Правда, с моей работой сложно относиться к ним лояльно. Чего только я не насмотрелась! Попадались трансвеститы с накладными грудями и подкладками на бедрах; 'голубые', убивавшие своих любовников из ревности; любители мальчиков, рыскавшие в парках развлечений, – на них охотились люмпены-гомофобы. Были и заключенные с похабными татуировками и рассказами о том, как они насиловали в тюрьме все, что шевелится, и алчные сутенеры, 'работавшие' в саунах и барах, которых не волновало, что одним носителем ВИЧ станет больше.

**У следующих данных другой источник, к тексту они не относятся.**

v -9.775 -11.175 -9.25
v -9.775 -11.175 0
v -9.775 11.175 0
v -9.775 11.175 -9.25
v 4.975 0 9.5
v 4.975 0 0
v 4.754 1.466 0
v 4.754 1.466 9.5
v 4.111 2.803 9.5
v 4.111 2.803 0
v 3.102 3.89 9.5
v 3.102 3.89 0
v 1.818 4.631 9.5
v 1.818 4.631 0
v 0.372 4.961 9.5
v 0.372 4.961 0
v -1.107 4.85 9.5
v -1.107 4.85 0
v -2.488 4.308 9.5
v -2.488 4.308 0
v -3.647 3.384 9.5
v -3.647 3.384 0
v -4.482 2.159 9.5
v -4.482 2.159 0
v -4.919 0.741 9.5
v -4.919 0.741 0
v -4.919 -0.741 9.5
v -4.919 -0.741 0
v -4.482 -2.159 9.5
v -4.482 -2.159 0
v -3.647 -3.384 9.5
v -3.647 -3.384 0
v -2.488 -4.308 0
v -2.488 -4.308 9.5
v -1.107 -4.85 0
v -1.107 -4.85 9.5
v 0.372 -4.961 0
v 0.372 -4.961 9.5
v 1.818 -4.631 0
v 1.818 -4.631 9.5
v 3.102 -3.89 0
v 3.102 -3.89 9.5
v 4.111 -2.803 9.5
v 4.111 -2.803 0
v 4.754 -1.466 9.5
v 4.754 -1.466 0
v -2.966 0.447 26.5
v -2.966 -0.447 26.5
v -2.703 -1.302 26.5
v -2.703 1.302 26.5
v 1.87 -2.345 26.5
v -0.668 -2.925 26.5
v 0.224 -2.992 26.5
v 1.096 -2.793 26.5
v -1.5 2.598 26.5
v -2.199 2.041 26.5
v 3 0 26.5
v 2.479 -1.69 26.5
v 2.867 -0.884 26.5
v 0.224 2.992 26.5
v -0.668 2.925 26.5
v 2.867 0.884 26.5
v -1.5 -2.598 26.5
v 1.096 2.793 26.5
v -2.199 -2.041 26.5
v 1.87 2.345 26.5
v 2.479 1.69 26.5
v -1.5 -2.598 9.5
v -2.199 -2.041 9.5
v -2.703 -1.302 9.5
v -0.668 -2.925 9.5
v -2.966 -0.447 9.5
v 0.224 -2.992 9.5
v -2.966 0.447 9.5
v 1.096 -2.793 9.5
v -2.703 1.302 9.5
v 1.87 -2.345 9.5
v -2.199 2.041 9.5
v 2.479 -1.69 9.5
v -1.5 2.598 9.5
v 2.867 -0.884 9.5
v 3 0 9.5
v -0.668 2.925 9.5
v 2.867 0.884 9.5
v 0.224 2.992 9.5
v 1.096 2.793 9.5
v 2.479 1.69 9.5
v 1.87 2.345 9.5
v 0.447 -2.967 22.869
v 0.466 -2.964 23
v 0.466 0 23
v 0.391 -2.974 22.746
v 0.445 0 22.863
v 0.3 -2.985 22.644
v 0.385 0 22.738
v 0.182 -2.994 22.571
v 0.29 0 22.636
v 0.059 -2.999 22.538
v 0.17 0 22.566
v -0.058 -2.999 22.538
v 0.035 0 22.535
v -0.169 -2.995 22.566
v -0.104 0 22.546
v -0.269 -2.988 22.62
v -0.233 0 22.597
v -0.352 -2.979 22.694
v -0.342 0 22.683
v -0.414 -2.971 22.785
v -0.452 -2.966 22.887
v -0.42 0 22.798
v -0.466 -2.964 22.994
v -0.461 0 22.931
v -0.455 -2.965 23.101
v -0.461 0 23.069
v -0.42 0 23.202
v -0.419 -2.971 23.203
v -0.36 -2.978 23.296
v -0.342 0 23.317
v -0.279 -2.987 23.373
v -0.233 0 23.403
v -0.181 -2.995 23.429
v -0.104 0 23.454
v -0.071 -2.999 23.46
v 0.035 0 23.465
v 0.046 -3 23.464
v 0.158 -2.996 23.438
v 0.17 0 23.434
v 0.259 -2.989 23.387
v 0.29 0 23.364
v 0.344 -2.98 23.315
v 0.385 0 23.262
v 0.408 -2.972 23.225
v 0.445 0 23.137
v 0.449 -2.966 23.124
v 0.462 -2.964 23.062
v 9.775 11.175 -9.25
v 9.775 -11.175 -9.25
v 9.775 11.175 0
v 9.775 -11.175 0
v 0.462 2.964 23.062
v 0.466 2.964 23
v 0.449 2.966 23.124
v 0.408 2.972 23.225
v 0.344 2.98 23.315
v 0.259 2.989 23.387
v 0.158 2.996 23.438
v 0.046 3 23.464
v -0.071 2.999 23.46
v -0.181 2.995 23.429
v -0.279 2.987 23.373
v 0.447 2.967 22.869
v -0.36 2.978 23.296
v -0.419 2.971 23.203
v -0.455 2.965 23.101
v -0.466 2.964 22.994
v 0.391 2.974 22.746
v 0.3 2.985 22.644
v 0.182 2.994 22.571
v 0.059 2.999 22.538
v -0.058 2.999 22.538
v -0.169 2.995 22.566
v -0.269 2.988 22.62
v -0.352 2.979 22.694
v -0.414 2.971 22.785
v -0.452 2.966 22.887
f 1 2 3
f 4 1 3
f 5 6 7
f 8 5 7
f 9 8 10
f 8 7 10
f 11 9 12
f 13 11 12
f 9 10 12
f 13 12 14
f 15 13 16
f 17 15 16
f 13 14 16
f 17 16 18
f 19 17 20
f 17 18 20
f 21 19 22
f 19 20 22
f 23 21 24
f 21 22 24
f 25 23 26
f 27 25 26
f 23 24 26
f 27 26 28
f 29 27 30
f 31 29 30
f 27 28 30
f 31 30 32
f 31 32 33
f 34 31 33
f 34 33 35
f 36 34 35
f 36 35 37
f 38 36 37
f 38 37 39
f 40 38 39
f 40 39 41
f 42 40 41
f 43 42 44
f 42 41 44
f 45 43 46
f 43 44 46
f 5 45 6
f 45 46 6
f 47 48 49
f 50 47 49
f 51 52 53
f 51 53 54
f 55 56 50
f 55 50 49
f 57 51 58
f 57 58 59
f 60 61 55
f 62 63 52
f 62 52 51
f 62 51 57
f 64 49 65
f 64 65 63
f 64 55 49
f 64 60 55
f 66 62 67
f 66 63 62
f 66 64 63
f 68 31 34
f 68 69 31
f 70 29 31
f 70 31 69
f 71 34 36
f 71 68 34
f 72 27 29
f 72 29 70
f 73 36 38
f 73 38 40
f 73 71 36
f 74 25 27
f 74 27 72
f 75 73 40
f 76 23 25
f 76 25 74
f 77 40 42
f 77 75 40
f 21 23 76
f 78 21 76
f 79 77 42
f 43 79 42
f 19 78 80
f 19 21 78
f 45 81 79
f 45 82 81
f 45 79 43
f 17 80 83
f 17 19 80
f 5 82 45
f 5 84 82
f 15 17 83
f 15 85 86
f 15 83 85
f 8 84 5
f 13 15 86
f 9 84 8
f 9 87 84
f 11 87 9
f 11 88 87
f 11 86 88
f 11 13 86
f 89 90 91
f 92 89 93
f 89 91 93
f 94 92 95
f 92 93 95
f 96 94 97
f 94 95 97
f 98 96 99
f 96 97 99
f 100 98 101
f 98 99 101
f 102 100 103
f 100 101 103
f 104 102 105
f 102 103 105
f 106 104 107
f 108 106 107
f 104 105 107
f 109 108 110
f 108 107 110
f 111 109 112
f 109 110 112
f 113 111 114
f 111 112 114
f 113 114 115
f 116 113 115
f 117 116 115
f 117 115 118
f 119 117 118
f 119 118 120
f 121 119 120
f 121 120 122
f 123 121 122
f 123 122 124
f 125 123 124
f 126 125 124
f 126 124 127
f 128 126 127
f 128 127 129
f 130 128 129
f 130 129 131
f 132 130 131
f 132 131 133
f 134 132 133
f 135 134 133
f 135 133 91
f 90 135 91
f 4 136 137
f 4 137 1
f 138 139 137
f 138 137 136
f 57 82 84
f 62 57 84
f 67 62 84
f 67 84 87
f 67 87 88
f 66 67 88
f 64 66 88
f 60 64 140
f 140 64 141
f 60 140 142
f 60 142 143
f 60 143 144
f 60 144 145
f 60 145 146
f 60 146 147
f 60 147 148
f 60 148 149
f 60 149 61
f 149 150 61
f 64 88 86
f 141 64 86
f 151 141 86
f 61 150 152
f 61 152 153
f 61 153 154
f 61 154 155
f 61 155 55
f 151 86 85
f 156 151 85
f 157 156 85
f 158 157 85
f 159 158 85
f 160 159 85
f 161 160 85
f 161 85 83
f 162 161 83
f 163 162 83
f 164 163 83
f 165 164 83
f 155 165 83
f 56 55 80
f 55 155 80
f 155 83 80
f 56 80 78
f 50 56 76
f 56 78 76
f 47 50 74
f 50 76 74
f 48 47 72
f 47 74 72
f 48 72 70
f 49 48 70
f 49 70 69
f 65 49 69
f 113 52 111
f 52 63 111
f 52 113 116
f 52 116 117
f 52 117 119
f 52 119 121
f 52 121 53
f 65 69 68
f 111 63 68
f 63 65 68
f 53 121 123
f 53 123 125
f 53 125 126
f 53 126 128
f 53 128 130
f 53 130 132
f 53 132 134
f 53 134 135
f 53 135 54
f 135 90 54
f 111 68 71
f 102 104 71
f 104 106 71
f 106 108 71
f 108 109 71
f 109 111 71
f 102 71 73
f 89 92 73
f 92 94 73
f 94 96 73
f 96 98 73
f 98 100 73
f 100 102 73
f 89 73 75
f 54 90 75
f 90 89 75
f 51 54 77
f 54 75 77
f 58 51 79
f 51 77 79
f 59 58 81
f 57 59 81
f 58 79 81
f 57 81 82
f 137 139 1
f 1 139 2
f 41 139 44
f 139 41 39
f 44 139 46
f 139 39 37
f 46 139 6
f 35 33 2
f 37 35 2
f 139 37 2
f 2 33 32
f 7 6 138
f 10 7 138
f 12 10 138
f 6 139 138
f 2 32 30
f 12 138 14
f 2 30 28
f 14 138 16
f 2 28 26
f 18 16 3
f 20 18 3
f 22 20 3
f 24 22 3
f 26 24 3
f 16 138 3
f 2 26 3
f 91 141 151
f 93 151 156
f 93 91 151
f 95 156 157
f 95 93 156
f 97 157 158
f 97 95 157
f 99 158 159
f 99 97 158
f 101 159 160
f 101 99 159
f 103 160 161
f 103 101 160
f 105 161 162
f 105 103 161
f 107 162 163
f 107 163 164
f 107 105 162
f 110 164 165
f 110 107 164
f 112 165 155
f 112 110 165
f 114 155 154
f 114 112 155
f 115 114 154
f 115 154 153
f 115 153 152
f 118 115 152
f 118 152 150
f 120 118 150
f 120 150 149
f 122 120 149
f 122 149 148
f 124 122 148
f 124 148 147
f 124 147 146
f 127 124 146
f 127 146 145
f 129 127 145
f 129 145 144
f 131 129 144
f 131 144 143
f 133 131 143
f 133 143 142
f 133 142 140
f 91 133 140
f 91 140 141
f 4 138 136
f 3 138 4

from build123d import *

# Parameters (mm, degrees)
SKETCH1_R                      = 4.975
BOSS_EXTRUDE1_DEPTH            = 9.5
SKETCH2_R                      = 3
BOSS_EXTRUDE2_DEPTH            = 17
CUT_EXTRUDE1_REACH             = 6.975
SKETCH3_R                      = 0.465864979
CUT_EXTRUDE1_DIRECTION_2_REACH = 6.975
SKETCH5_W                      = 19.55
SKETCH5_H                      = 22.35
BOSS_EXTRUDE4_DEPTH            = 9.25


with BuildPart() as part:
    # Sketch1 → Boss-Extrude1 (new body)
    with BuildSketch(Plane.XY):
        Circle(SKETCH1_R)
    extrude(amount=BOSS_EXTRUDE1_DEPTH)

    # Sketch2 → Boss-Extrude2 (add)
    with BuildSketch(Plane.XY.offset(9.5)):
        Circle(SKETCH2_R)
    extrude(amount=BOSS_EXTRUDE2_DEPTH)

    # Sketch3 → Cut-Extrude1 (cut, up to next)
    with BuildSketch(Plane(origin=(0, 0, 0), x_dir=(1, 0, 0), z_dir=(0, 1, 0)), mode=Mode.PRIVATE) as cut_extrude1_sk1:
        with Locations((0, -23)):
            Circle(SKETCH3_R)
    cut_extrude1_tool1 = extrude(cut_extrude1_sk1.sketch, amount=-CUT_EXTRUDE1_REACH, mode=Mode.PRIVATE) & part.part
    add(cut_extrude1_tool1.solids().sort_by_distance((0, 0, 23))[0], mode=Mode.SUBTRACT)

    # Sketch3 → Cut-Extrude1 direction 2 (cut, up to next)
    with BuildSketch(Plane(origin=(0, 0, 0), x_dir=(1, 0, 0), z_dir=(0, 1, 0)), mode=Mode.PRIVATE) as cut_extrude1_direction_2_sk1:
        with Locations((0, -23)):
            Circle(SKETCH3_R)
    cut_extrude1_direction_2_tool1 = extrude(cut_extrude1_direction_2_sk1.sketch, amount=CUT_EXTRUDE1_DIRECTION_2_REACH, mode=Mode.PRIVATE) & part.part
    add(cut_extrude1_direction_2_tool1.solids().sort_by_distance((0, 0, 23))[0], mode=Mode.SUBTRACT)

    # Sketch5 → Boss-Extrude4 (add)
    with BuildSketch(Plane(origin=(0, 0, 0), x_dir=(-1, 0, 0), z_dir=(0, 0, -1))):
        Rectangle(SKETCH5_W, SKETCH5_H)
    extrude(amount=BOSS_EXTRUDE4_DEPTH)


solid = part.part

Впрочем, все это не имело отношения к симпатяге Винго.
– Сможете выключить? – Винго с остервенением мыл руки в окровавленных перчатках.
– Я закончу сама, – сказала я рассеянно, продолжая измерять огромное отверстие в груди.
По дороге к двери Винго собирал пузырьки с дезинфектором и грязные тряпки. Он включил плейер, отгородившись таким образом от окружающего мира.
Пятнадцать минут спустя Винго уже убирал в маленьком морозильнике, в котором мы на выходные оставляли образцы тканей, мазки и тому подобное. Краем глаза я видела, как Винго долго что-то рассматривал.
Он приблизился к моему столу. Наушники плейера Винго снял – они висели на нем, как ошейник. Лицо у моего ассистента было озадаченное, даже взволнованное. В руке он держал небольшой конверт – в таких мы хранили пробы, взятые с трупов.
– Смотрите, доктор Скарпетта, – произнес Винго, откашлявшись. – Я нашел это в морозильнике.
Он протянул мне конверт.
Пояснения были излишни.
У меня внутри все сжалось. Я бессильно уронила руку со скальпелем. На наклейке стояли номер дела, имя Лори Петерсен и дата вскрытия. Я точно помнила, что сдала эти материалы четыре дня назад.
– Это было в морозильнике?
Нет, тут явно какая-то ошибка.
– Да, в дальнем углу, на нижней полке, – ответил Винго и робко добавил: – На конверте нет ваших инициалов. Я хочу сказать, вы его не подписали.
Не может быть, чтобы не нашлось объяснения.
– Конечно, не подписала, – отрезала я. – У меня, Винго, был только один такой конверт.
Но уже когда я произносила эти слова, сомнения закрались в душу и охватили меня с быстротой лесного пожара. Я напрягла память.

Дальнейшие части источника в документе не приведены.